PROBLEM STATEMENT -
Using the records below, write out again exactly the lines that begin at the line containing "Autodesk Inventor part; units mm, degrees" and end at the line containing "end through all", and no other lines.

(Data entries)
* * *

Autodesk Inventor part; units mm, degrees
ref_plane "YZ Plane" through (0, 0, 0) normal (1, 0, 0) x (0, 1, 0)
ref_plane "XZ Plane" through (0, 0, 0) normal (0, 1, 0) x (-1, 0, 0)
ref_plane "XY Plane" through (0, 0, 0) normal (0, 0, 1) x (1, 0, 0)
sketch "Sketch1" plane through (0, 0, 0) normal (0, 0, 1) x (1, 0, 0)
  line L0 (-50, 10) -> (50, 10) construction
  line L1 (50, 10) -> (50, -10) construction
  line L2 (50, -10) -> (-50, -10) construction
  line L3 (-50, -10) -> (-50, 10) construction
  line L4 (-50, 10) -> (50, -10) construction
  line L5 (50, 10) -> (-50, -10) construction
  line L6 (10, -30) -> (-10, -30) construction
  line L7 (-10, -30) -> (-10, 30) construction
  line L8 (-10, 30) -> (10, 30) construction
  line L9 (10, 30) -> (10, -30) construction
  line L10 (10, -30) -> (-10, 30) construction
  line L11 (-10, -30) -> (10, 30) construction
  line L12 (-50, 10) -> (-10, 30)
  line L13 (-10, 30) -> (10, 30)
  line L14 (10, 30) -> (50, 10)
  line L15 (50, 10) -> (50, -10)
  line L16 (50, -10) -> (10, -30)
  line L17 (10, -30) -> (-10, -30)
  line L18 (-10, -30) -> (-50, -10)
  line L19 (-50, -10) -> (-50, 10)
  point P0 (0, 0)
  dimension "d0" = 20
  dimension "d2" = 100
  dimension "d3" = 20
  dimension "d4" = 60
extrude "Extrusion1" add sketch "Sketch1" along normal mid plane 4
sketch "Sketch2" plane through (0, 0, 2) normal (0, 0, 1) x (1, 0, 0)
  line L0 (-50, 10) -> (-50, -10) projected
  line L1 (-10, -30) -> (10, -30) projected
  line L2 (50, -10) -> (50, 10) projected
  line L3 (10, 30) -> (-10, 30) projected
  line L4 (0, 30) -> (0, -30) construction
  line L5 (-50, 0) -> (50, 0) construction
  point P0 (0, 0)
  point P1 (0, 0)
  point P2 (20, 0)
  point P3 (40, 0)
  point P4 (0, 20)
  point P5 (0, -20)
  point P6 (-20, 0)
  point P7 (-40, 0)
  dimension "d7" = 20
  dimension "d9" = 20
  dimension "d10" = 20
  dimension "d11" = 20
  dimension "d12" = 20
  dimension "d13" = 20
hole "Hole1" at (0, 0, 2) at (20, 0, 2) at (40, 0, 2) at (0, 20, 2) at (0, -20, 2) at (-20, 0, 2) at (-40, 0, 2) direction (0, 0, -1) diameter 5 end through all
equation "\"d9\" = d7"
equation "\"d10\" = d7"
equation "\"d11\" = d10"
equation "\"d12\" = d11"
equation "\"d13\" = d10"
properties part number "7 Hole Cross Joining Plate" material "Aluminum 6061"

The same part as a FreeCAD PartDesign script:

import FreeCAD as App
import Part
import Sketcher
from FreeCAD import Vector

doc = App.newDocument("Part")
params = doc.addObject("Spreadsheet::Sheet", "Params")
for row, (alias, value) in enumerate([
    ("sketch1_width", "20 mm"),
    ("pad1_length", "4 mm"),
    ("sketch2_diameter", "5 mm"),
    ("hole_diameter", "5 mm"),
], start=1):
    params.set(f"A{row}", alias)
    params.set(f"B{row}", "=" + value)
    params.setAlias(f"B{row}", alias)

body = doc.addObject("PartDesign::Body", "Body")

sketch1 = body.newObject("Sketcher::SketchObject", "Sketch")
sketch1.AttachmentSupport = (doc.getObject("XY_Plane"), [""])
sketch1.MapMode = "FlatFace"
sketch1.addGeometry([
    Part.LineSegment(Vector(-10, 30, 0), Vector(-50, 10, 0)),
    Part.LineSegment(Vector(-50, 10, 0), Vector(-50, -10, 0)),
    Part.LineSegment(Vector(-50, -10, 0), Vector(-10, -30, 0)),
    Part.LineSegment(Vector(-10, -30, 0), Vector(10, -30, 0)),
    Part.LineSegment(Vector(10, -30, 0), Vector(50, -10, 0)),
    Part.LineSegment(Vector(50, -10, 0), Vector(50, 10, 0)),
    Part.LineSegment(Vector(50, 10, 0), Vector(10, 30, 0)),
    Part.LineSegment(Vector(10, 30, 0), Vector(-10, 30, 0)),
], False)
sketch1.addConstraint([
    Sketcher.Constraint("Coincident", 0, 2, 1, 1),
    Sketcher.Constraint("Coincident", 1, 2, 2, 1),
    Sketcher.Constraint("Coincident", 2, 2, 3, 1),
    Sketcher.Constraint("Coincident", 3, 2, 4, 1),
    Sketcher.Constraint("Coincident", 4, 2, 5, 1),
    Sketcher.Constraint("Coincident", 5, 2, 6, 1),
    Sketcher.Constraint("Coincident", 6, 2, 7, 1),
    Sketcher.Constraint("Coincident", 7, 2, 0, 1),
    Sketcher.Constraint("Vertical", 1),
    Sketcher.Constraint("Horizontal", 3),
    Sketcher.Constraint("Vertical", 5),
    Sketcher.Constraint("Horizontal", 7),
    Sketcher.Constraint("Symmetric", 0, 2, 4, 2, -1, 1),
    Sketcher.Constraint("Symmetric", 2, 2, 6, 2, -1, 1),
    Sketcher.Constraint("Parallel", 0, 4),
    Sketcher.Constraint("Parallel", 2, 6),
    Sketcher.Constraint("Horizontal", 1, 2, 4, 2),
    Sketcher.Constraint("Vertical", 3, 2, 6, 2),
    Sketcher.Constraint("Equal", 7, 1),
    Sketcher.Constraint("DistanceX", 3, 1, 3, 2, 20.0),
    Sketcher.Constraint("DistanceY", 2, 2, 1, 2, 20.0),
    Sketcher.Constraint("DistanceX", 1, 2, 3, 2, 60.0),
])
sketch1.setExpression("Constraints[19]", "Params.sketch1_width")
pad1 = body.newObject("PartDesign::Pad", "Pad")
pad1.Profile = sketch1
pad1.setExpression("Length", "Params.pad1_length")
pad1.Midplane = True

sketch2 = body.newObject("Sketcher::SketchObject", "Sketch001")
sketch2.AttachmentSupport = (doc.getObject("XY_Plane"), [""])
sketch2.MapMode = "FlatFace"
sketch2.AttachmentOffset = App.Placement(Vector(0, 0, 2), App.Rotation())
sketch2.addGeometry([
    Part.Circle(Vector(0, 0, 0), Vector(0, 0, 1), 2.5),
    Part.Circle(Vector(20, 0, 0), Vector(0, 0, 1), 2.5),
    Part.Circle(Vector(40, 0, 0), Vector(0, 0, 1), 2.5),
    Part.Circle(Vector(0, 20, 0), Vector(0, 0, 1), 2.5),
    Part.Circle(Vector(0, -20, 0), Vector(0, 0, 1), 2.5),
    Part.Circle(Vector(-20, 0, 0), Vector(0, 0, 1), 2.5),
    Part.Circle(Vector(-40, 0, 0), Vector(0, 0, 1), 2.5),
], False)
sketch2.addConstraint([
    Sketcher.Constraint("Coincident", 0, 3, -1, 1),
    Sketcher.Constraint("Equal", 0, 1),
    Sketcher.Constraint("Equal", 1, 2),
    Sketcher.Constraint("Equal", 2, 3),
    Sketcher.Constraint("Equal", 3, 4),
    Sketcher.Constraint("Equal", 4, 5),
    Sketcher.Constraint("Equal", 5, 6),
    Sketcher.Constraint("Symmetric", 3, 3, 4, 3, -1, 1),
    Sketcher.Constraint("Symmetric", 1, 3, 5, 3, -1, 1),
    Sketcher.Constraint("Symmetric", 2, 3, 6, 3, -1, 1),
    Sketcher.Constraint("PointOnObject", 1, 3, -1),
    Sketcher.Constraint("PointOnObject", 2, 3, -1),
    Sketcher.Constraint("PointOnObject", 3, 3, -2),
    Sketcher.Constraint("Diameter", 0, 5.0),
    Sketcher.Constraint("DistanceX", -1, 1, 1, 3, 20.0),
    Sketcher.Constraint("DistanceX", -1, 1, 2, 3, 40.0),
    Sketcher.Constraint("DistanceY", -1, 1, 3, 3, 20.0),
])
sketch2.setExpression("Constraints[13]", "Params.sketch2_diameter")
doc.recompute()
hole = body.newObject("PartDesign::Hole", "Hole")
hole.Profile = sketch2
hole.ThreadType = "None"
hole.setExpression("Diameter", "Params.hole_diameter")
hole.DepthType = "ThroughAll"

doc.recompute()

* * *

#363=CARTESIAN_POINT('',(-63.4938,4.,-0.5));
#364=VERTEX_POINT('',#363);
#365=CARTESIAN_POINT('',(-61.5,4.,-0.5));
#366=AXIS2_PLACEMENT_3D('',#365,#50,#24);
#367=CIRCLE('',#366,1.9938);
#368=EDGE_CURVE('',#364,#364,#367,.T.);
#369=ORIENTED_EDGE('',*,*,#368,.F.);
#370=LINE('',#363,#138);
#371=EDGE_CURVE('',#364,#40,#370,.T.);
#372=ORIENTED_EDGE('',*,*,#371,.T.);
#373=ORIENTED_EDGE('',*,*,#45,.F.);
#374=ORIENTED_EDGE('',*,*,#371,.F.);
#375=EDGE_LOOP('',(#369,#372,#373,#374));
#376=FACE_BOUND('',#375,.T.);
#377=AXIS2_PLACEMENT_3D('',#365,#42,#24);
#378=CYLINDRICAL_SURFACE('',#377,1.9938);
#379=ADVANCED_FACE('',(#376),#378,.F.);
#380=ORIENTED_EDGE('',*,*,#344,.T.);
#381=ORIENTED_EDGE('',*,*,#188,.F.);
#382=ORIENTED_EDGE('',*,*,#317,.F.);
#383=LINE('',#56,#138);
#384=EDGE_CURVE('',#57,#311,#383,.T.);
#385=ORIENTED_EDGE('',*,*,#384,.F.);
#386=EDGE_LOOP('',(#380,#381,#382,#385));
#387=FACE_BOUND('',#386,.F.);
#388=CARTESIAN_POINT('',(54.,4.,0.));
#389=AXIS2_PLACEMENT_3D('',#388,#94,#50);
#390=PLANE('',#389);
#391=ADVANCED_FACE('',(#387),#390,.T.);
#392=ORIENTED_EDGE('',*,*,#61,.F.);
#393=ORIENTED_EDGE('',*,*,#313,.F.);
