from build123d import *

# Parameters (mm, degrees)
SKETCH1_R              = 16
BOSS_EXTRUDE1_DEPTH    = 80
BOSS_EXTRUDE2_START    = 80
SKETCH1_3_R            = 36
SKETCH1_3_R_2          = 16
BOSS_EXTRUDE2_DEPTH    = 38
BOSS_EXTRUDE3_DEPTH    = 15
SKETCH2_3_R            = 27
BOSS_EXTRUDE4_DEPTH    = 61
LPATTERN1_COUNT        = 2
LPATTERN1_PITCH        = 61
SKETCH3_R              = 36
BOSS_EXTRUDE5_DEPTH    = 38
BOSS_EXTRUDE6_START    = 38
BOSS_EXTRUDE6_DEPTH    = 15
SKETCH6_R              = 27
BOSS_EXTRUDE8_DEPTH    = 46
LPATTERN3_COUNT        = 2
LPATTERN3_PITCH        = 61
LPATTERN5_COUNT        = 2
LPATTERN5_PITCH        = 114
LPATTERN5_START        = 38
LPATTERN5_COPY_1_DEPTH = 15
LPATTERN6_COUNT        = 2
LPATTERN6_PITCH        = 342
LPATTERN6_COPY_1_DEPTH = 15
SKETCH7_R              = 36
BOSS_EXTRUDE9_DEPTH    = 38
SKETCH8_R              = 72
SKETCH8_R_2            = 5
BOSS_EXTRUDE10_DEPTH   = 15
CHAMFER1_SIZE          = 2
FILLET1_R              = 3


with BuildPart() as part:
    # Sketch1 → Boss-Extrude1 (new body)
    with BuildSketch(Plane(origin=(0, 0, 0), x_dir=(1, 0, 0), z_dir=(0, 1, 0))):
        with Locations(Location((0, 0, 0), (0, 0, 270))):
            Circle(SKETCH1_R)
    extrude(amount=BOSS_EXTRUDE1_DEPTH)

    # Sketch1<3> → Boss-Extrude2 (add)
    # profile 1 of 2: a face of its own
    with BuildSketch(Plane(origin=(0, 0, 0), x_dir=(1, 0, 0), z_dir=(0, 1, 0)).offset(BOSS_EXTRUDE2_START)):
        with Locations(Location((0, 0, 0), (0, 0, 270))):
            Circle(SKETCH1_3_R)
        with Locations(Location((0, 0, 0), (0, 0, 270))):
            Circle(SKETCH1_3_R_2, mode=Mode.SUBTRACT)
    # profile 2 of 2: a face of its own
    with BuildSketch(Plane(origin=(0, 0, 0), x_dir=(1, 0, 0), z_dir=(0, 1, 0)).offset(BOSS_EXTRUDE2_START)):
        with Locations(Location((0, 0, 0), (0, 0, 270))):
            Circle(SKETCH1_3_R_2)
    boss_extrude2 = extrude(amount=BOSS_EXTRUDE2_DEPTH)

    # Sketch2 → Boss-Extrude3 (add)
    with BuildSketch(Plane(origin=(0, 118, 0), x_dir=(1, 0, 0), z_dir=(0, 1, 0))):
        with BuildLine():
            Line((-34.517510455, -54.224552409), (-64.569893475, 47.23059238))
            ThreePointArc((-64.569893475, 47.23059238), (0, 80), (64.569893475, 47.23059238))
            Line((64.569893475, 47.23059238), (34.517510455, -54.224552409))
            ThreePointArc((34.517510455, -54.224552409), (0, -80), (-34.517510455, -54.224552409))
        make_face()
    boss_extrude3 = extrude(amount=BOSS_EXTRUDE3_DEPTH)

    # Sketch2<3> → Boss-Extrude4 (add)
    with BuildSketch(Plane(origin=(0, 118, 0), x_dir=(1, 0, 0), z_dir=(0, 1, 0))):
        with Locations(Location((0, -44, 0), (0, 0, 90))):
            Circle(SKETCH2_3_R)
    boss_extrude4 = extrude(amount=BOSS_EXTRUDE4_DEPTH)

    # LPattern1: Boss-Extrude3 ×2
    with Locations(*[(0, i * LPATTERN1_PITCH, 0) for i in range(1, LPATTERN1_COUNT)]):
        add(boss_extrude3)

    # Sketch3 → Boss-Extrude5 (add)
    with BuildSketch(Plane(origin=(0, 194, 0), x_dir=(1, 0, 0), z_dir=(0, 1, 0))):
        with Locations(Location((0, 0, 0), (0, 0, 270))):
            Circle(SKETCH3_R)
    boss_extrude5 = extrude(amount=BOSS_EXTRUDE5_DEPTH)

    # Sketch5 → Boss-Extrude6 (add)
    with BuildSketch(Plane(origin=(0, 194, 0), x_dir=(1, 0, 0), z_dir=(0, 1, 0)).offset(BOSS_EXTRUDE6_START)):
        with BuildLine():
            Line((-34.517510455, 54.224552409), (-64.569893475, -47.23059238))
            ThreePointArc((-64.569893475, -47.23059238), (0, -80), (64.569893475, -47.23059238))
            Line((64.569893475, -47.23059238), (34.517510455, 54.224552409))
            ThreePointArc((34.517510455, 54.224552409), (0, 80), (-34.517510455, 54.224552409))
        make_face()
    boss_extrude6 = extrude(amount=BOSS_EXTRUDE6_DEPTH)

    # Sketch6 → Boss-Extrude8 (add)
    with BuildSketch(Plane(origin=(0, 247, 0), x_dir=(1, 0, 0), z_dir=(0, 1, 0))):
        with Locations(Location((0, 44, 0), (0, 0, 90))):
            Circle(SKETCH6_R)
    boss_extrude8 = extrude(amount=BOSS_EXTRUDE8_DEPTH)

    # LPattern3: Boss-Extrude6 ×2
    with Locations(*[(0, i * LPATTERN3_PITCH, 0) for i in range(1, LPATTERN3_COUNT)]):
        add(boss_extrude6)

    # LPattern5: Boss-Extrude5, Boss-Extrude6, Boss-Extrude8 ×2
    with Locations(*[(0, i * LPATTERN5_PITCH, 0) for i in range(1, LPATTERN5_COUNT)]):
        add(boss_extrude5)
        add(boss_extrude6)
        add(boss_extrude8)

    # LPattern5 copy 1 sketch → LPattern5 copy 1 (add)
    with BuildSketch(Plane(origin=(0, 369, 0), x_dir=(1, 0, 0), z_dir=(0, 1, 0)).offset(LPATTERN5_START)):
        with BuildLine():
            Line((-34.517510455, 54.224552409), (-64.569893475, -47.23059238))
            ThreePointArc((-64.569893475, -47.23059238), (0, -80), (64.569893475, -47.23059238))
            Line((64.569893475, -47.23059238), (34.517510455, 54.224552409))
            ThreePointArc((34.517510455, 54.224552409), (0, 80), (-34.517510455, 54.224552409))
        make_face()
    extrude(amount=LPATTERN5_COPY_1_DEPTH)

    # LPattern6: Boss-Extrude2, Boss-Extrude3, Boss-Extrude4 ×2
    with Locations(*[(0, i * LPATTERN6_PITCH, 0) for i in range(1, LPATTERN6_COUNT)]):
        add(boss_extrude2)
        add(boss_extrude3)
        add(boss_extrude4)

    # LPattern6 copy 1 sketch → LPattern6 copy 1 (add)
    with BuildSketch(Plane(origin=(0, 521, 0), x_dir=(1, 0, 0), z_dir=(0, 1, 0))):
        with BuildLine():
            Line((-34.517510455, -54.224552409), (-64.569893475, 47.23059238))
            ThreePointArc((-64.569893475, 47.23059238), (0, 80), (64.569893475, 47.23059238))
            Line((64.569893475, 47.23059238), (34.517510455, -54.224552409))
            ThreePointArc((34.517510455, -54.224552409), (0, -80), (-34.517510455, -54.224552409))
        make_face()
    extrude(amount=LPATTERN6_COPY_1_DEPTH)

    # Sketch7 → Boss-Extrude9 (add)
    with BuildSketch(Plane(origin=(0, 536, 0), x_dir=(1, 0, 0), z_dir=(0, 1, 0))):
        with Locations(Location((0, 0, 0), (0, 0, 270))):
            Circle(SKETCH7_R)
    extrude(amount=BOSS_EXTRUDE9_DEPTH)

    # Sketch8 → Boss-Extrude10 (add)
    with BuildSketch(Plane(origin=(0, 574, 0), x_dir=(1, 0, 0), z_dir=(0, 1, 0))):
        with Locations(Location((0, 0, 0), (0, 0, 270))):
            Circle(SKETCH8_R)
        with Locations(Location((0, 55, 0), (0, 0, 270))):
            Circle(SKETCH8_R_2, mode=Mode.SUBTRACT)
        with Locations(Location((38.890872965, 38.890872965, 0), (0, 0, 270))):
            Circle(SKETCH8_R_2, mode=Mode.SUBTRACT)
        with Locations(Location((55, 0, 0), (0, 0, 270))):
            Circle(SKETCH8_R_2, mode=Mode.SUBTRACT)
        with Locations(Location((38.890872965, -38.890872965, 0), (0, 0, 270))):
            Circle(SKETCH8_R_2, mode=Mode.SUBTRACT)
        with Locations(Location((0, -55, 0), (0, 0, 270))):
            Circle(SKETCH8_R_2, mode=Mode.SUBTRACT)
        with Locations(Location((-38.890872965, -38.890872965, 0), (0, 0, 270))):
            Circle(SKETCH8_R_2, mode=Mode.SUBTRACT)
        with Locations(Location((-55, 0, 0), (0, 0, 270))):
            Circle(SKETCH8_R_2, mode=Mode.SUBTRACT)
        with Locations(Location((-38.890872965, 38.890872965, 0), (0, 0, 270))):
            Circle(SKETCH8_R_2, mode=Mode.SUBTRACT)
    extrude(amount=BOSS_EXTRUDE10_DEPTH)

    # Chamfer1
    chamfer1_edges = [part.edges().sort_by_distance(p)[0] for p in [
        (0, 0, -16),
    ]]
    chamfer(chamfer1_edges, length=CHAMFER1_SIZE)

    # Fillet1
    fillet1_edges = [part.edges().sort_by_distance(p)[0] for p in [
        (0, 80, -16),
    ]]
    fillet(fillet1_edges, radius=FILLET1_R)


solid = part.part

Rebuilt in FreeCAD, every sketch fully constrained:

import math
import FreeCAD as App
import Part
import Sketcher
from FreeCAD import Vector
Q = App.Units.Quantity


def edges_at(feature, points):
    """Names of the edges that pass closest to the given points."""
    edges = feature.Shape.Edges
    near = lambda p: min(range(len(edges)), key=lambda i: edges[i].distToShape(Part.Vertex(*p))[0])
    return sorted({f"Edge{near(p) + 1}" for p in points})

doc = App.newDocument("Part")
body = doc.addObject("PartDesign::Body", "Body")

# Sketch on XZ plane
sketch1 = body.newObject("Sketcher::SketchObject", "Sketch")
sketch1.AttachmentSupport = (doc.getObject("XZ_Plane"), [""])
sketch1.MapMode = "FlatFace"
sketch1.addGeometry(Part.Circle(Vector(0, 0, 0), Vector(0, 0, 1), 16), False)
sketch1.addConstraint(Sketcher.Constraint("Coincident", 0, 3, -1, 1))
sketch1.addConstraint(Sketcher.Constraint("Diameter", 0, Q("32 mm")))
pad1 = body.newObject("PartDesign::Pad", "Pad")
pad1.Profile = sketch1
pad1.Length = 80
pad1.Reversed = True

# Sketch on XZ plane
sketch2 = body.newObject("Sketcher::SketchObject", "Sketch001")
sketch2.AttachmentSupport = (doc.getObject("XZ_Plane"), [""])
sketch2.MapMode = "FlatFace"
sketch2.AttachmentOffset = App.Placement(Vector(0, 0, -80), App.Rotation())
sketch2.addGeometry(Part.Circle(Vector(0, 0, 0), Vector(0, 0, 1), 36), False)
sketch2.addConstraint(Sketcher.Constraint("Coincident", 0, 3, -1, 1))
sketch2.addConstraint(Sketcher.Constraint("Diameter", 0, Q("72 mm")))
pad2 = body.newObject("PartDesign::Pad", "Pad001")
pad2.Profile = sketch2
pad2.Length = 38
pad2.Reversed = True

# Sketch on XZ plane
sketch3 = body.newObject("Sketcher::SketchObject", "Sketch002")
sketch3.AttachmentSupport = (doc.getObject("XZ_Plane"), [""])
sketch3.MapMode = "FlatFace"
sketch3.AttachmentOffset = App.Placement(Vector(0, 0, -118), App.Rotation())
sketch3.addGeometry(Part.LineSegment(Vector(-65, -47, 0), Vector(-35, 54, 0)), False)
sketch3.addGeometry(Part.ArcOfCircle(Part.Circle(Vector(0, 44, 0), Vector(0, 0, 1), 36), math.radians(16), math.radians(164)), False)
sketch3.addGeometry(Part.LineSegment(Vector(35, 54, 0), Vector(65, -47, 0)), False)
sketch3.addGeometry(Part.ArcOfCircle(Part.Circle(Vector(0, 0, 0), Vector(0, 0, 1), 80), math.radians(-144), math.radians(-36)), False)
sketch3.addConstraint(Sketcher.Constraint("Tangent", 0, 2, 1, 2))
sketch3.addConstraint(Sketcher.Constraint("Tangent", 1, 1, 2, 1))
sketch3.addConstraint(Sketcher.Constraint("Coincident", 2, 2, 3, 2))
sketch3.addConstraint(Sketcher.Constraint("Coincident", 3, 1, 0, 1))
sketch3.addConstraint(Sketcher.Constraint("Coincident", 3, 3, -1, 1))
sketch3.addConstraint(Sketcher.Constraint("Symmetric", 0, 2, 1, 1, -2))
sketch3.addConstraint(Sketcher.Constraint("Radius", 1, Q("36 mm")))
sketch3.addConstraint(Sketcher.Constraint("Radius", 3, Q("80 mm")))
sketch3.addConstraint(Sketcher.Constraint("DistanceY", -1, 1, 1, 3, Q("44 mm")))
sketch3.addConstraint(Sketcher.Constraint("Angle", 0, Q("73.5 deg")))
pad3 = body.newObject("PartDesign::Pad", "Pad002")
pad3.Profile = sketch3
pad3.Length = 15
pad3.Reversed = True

* * *

ANSWER SPACE -
Autodesk Inventor part; units mm, degrees
ref_plane "YZ Plane" through (0, 0, 0) normal (1, 0, 0) x (0, 1, 0)
ref_plane "XZ Plane" through (0, 0, 0) normal (0, 1, 0) x (-1, 0, 0)
ref_plane "XY Plane" through (0, 0, 0) normal (0, 0, 1) x (1, 0, 0)
sketch "Sketch1" plane through (0, 0, 0) normal (0, 0, 1) x (1, 0, 0)
  line L0 (-50, 10) -> (50, 10) construction
  line L1 (50, 10) -> (50, -10) construction
  line L2 (50, -10) -> (-50, -10) construction
  line L3 (-50, -10) -> (-50, 10) construction
  line L4 (-50, 10) -> (50, -10) construction
  line L5 (50, 10) -> (-50, -10) construction
  line L6 (10, -30) -> (-10, -30) construction
  line L7 (-10, -30) -> (-10, 30) construction
  line L8 (-10, 30) -> (10, 30) construction
  line L9 (10, 30) -> (10, -30) construction
  line L10 (10, -30) -> (-10, 30) construction
  line L11 (-10, -30) -> (10, 30) construction
  line L12 (-50, 10) -> (-10, 30)
  line L13 (-10, 30) -> (10, 30)
  line L14 (10, 30) -> (50, 10)
  line L15 (50, 10) -> (50, -10)
  line L16 (50, -10) -> (10, -30)
  line L17 (10, -30) -> (-10, -30)
  line L18 (-10, -30) -> (-50, -10)
  line L19 (-50, -10) -> (-50, 10)
  point P0 (0, 0)
  dimension "d0" = 20
  dimension "d2" = 100
  dimension "d3" = 20
  dimension "d4" = 60
extrude "Extrusion1" add sketch "Sketch1" along normal mid plane 4
sketch "Sketch2" plane through (0, 0, 2) normal (0, 0, 1) x (1, 0, 0)
  line L0 (-50, 10) -> (-50, -10) projected
  line L1 (-10, -30) -> (10, -30) projected
  line L2 (50, -10) -> (50, 10) projected
  line L3 (10, 30) -> (-10, 30) projected
  line L4 (0, 30) -> (0, -30) construction
  line L5 (-50, 0) -> (50, 0) construction
  point P0 (0, 0)
  point P1 (0, 0)
  point P2 (20, 0)
  point P3 (40, 0)
  point P4 (0, 20)
  point P5 (0, -20)
  point P6 (-20, 0)
  point P7 (-40, 0)
  dimension "d7" = 20
  dimension "d9" = 20
  dimension "d10" = 20
  dimension "d11" = 20
  dimension "d12" = 20
  dimension "d13" = 20
hole "Hole1" at (0, 0, 2) at (20, 0, 2) at (40, 0, 2) at (0, 20, 2) at (0, -20, 2) at (-20, 0, 2) at (-40, 0, 2) direction (0, 0, -1) diameter 5 end through all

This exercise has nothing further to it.